About this task: When you have gone through the records, report how many lines include "dimension", giving the number and nothing more.

Data supplied:
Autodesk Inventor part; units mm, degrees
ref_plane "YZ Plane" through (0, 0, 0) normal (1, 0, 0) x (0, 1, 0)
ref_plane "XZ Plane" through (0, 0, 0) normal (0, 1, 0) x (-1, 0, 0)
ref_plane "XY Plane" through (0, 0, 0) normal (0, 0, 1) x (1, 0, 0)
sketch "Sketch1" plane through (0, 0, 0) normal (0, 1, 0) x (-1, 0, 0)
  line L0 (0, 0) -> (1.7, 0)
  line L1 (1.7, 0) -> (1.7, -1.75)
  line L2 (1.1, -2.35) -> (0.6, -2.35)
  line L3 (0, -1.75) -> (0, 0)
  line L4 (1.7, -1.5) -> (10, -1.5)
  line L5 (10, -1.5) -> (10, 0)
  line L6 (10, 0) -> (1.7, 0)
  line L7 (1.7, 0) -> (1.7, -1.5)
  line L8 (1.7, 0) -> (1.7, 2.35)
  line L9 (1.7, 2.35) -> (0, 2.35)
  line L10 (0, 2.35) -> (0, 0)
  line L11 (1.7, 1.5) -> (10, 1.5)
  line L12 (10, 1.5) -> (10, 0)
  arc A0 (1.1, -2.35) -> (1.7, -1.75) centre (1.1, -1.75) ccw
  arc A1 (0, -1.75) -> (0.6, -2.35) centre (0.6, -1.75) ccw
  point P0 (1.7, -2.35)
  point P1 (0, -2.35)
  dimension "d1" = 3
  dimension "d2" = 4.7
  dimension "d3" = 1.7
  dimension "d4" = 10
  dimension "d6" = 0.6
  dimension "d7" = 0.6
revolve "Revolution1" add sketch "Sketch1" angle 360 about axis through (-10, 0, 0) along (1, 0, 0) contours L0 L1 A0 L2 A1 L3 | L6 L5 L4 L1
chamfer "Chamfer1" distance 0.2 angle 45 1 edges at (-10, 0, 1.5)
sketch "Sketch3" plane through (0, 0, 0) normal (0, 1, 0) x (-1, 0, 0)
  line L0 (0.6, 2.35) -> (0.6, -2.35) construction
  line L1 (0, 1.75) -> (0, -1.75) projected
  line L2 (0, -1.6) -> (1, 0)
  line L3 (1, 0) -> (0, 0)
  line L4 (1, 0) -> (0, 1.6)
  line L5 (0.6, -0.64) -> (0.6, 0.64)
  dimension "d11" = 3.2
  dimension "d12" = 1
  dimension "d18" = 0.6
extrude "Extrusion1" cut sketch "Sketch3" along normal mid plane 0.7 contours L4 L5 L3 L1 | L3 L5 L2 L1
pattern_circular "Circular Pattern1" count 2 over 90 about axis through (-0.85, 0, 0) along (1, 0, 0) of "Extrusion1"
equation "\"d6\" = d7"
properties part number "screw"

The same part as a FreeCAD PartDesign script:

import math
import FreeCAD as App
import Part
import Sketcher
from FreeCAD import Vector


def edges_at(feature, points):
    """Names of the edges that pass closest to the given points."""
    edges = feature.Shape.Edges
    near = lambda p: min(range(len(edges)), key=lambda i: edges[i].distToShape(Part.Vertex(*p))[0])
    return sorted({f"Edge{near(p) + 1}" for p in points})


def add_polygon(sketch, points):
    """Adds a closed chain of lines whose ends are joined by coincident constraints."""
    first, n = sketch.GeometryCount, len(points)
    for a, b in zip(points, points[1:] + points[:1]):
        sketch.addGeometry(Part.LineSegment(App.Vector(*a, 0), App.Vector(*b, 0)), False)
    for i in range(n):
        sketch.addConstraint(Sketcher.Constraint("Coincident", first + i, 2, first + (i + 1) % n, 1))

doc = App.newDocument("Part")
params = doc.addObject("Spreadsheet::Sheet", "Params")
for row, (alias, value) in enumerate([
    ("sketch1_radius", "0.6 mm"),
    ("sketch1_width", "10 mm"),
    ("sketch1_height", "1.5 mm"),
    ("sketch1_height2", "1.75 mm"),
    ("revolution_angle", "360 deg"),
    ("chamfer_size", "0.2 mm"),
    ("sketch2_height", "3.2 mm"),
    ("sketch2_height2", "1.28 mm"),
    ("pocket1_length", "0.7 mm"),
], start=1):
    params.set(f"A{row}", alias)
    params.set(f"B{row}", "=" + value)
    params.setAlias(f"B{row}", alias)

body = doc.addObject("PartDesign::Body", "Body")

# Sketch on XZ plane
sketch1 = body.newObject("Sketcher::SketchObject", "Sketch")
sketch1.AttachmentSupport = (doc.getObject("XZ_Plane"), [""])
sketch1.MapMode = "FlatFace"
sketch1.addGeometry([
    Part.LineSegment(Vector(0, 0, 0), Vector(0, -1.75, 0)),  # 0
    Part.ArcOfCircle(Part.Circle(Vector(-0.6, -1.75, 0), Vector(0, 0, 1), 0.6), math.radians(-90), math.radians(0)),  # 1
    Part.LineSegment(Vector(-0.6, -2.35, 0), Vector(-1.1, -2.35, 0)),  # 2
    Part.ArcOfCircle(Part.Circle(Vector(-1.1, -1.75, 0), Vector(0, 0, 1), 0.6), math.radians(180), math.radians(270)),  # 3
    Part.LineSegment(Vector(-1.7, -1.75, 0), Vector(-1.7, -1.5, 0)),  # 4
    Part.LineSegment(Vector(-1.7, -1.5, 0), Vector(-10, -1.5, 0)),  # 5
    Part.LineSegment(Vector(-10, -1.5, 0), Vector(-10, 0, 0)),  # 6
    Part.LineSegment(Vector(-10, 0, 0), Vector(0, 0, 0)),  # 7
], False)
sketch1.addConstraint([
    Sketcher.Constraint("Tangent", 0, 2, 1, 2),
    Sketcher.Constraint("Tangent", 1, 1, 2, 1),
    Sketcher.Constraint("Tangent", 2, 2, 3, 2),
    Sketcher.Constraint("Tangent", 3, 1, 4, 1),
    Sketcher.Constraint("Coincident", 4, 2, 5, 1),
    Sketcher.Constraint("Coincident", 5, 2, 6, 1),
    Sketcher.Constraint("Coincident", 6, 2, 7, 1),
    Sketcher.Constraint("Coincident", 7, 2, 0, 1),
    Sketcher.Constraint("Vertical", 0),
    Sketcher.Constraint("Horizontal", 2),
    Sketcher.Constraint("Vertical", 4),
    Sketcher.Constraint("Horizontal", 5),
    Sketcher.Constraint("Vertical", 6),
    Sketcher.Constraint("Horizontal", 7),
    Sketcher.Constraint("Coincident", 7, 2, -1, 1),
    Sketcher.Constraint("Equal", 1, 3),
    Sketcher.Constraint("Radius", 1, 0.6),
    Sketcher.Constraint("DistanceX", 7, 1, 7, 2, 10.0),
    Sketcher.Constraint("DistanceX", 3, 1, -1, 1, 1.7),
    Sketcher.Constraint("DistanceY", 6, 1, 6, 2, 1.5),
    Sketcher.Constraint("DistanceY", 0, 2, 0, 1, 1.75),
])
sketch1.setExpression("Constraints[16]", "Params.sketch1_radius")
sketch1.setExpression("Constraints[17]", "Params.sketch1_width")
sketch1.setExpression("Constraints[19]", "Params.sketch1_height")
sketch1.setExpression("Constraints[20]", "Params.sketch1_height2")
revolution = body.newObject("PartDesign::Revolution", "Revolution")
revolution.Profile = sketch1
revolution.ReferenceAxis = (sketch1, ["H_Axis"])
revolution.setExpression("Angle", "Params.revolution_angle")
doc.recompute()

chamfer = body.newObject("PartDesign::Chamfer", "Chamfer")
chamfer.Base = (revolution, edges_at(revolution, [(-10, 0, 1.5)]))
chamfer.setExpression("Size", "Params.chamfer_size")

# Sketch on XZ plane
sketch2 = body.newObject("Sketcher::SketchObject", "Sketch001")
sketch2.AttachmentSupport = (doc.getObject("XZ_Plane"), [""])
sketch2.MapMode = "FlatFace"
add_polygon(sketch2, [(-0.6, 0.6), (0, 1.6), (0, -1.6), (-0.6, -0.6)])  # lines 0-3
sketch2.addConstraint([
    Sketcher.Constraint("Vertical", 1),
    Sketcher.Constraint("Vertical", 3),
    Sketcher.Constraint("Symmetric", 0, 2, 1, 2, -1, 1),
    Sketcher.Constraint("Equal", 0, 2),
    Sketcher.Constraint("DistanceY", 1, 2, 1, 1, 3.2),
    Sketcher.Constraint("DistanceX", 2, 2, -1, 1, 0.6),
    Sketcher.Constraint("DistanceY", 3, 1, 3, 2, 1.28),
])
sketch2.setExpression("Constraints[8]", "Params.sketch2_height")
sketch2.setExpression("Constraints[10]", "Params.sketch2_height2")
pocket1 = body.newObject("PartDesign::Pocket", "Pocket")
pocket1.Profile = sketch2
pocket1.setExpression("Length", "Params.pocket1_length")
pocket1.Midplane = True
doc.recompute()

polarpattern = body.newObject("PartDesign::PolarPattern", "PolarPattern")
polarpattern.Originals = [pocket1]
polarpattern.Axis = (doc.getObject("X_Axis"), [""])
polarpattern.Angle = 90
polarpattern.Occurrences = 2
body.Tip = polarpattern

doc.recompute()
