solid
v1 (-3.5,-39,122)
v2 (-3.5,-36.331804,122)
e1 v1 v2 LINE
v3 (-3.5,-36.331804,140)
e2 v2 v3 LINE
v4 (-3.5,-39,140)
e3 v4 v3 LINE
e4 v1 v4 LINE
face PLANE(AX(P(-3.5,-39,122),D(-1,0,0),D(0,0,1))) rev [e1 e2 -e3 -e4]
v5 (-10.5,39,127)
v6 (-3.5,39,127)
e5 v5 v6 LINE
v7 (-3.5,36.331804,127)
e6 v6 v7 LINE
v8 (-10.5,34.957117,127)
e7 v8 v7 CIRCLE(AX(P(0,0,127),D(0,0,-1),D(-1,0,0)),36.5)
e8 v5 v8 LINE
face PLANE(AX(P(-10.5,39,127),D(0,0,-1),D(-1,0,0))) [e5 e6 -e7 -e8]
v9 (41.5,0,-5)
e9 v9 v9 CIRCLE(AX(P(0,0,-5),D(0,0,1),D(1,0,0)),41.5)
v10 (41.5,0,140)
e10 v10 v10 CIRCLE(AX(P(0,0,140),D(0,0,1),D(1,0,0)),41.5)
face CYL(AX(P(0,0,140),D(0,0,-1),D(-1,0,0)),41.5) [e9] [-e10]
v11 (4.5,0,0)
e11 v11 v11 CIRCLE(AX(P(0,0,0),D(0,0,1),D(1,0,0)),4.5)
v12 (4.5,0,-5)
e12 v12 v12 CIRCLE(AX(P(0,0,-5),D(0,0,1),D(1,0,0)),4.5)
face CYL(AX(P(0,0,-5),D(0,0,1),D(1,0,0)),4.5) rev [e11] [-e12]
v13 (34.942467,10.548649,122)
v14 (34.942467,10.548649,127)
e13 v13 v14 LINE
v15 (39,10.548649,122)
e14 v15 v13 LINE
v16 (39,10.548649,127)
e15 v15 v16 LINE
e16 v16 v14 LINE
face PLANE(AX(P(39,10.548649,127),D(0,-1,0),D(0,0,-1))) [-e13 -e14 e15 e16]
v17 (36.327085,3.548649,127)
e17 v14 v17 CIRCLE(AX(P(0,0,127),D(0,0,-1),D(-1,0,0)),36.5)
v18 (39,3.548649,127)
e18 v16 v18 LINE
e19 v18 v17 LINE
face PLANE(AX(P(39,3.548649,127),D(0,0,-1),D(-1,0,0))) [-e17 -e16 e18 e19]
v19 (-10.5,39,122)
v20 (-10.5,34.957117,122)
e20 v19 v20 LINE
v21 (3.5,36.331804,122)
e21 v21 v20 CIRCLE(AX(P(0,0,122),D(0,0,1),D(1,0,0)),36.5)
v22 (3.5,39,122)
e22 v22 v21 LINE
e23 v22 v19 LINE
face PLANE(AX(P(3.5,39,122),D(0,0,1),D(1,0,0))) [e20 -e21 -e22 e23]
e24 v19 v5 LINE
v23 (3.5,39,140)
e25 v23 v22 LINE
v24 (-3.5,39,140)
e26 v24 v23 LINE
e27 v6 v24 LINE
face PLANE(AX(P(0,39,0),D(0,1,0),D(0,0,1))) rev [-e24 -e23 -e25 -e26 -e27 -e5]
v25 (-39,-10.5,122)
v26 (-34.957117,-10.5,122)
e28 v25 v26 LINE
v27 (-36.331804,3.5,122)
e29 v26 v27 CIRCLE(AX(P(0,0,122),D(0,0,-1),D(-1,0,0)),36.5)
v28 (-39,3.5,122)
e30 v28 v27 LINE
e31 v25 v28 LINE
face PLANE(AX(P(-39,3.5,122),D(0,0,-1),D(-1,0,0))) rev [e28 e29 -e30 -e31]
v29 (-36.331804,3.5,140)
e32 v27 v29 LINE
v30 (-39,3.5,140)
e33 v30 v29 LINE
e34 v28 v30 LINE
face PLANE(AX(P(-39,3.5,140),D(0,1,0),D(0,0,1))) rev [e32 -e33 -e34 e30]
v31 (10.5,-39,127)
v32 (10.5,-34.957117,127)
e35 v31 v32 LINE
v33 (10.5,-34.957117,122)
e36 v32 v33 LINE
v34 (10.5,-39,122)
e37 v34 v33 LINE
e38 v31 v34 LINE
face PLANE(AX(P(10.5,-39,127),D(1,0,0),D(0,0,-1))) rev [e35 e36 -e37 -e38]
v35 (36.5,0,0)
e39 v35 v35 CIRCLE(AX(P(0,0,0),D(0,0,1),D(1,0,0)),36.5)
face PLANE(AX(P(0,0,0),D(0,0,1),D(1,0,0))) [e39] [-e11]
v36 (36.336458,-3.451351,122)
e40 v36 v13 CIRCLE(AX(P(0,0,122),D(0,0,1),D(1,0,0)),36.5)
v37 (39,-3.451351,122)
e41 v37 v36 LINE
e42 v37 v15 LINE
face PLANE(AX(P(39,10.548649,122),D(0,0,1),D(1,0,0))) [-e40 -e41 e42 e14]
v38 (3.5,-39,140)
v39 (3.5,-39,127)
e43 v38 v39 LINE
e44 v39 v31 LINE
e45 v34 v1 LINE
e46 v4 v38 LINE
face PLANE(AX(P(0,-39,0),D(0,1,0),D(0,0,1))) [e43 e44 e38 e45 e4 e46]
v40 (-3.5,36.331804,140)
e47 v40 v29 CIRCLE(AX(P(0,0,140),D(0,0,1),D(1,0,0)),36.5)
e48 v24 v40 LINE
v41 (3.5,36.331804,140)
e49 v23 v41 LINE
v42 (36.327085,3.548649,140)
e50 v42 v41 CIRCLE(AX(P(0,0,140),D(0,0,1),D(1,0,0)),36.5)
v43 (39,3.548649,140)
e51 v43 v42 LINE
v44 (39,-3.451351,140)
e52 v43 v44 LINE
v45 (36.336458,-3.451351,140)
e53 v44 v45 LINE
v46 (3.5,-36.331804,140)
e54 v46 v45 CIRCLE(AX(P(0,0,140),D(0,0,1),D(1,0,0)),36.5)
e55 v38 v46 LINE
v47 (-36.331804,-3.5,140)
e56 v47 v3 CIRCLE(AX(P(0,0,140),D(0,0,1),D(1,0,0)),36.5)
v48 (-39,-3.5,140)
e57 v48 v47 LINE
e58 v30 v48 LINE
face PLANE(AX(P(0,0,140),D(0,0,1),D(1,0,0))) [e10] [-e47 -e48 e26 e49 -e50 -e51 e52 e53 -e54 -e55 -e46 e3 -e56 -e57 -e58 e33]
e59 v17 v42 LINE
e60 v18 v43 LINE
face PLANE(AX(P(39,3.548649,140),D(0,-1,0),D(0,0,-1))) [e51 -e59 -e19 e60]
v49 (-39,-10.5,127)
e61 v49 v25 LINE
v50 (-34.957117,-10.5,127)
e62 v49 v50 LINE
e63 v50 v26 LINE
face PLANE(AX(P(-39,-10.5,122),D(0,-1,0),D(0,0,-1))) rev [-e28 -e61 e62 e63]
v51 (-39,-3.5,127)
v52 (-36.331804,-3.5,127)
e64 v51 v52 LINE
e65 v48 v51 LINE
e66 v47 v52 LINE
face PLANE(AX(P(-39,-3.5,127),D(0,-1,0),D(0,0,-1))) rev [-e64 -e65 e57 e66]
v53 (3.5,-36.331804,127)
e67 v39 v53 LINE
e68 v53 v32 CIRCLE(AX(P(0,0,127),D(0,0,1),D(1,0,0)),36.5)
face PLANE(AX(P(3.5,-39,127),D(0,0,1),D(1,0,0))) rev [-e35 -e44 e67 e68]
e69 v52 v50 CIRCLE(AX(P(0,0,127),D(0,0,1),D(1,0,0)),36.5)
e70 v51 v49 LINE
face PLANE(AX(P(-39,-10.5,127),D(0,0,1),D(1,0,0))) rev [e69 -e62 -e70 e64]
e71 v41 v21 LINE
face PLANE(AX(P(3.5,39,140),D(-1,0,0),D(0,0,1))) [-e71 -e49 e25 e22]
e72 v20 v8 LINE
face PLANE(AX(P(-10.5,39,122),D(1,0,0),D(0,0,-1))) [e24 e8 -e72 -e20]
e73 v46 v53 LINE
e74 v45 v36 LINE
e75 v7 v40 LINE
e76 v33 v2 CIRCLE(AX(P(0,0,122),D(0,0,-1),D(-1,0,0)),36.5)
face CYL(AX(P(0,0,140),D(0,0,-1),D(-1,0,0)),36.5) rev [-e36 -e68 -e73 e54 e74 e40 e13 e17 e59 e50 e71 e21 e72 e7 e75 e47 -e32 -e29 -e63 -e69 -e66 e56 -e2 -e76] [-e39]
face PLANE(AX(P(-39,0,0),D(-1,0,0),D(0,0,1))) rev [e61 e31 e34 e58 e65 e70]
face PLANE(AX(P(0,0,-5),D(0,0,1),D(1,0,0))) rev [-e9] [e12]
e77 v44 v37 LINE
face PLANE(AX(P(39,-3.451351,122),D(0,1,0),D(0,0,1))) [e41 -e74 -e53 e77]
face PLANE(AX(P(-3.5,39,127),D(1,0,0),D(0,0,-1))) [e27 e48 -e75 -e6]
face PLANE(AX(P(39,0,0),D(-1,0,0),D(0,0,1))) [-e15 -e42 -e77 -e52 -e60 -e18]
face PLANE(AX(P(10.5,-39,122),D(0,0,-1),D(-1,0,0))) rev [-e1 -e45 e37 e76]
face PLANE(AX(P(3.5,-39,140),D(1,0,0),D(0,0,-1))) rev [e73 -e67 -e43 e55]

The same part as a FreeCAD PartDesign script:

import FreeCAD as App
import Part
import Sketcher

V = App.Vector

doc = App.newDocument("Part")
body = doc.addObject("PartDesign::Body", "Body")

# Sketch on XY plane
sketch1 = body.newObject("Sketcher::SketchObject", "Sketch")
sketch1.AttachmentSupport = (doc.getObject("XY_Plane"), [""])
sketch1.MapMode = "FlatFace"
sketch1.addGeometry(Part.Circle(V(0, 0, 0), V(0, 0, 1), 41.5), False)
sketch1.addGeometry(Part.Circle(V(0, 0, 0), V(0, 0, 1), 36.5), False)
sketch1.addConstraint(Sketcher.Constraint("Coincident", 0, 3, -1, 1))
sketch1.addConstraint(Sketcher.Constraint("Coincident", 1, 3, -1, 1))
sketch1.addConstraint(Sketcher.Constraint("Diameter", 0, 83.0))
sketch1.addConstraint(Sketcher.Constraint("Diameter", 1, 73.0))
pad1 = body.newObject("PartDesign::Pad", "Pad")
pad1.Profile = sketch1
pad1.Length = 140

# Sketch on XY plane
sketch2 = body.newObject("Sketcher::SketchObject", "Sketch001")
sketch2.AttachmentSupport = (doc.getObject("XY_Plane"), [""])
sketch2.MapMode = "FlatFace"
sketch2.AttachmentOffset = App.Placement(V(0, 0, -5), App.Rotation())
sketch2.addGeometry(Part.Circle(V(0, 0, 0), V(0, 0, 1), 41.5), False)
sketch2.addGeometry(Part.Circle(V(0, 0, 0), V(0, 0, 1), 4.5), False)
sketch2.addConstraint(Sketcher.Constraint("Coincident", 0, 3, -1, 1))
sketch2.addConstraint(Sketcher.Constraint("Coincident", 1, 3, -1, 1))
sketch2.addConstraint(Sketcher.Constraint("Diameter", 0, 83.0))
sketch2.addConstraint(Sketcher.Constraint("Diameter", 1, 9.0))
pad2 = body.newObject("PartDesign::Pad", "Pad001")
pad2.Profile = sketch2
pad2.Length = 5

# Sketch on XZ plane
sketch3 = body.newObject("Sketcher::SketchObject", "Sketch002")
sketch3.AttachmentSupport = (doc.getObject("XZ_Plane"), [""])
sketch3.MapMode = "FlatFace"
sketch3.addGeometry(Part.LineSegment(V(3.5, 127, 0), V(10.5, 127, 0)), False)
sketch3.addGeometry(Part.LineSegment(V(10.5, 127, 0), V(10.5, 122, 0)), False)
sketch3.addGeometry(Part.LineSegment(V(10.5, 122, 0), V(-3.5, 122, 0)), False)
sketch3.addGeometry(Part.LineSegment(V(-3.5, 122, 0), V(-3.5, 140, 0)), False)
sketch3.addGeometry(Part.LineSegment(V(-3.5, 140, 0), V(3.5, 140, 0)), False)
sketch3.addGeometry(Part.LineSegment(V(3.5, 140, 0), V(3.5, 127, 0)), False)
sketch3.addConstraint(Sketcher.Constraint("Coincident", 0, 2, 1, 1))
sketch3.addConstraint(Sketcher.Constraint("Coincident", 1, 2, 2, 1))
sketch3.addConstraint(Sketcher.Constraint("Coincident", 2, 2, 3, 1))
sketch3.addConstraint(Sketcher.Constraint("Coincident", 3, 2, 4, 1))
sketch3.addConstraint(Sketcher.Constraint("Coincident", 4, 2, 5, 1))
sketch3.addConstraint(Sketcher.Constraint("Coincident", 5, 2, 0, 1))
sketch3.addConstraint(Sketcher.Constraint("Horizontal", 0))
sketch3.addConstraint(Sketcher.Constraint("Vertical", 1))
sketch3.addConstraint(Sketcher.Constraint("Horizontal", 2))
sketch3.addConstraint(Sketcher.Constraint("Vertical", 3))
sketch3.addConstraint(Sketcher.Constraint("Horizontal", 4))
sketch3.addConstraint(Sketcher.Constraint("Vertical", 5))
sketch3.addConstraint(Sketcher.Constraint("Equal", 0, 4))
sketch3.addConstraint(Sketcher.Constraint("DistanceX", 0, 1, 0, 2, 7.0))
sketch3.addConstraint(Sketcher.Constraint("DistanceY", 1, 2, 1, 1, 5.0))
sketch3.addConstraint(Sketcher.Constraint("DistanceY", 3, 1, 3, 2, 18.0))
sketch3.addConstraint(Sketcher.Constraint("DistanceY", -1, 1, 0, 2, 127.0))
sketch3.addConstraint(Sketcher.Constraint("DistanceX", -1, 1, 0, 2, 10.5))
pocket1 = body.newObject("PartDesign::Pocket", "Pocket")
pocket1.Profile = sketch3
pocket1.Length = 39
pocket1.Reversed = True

Answer box: 9